• _What you have to do_
When you respond, write out each entry exactly as it stands.
+++
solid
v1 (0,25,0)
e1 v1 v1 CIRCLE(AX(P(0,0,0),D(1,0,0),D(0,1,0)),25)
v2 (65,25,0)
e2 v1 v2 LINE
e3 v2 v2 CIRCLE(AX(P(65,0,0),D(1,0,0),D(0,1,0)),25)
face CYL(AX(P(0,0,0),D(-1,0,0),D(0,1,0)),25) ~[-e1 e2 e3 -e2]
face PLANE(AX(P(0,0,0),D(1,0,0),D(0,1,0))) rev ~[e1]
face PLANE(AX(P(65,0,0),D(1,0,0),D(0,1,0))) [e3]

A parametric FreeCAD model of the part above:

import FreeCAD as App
import Part
import Sketcher
Q = App.Units.Quantity

doc = App.newDocument("Part")
body = doc.addObject("PartDesign::Body", "Body")

# Sketch on YZ plane
sketch1 = body.newObject("Sketcher::SketchObject", "Sketch")
sketch1.AttachmentSupport = (doc.getObject("YZ_Plane"), [""])
sketch1.MapMode = "FlatFace"
sketch1.addGeometry(Part.Circle(App.Vector(0, 0, 0), App.Vector(0, 0, 1), 25), False)
sketch1.addConstraint([
    Sketcher.Constraint("Coincident", 0, 3, -1, 1),
    Sketcher.Constraint("Diameter", 0, Q("50 mm")),
])
pad1 = body.newObject("PartDesign::Pad", "Pad")
pad1.Profile = sketch1
pad1.Length = 65

doc.recompute()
+++
• _Output_
solid
v1 (0,25,0)
e1 v1 v1 CIRCLE(AX(P(0,0,0),D(1,0,0),D(0,1,0)),25)
v2 (65,25,0)
e2 v1 v2 LINE
e3 v2 v2 CIRCLE(AX(P(65,0,0),D(1,0,0),D(0,1,0)),25)
face CYL(AX(P(0,0,0),D(-1,0,0),D(0,1,0)),25) ~[-e1 e2 e3 -e2]
face PLANE(AX(P(0,0,0),D(1,0,0),D(0,1,0))) rev ~[e1]
face PLANE(AX(P(65,0,0),D(1,0,0),D(0,1,0))) [e3]

A parametric FreeCAD model of the part above:

import FreeCAD as App
import Part
import Sketcher
Q = App.Units.Quantity

doc = App.newDocument("Part")
body = doc.addObject("PartDesign::Body", "Body")

# Sketch on YZ plane
sketch1 = body.newObject("Sketcher::SketchObject", "Sketch")
sketch1.AttachmentSupport = (doc.getObject("YZ_Plane"), [""])
sketch1.MapMode = "FlatFace"
sketch1.addGeometry(Part.Circle(App.Vector(0, 0, 0), App.Vector(0, 0, 1), 25), False)
sketch1.addConstraint([
    Sketcher.Constraint("Coincident", 0, 3, -1, 1),
    Sketcher.Constraint("Diameter", 0, Q("50 mm")),
])
pad1 = body.newObject("PartDesign::Pad", "Pad")
pad1.Profile = sketch1
pad1.Length = 65

doc.recompute()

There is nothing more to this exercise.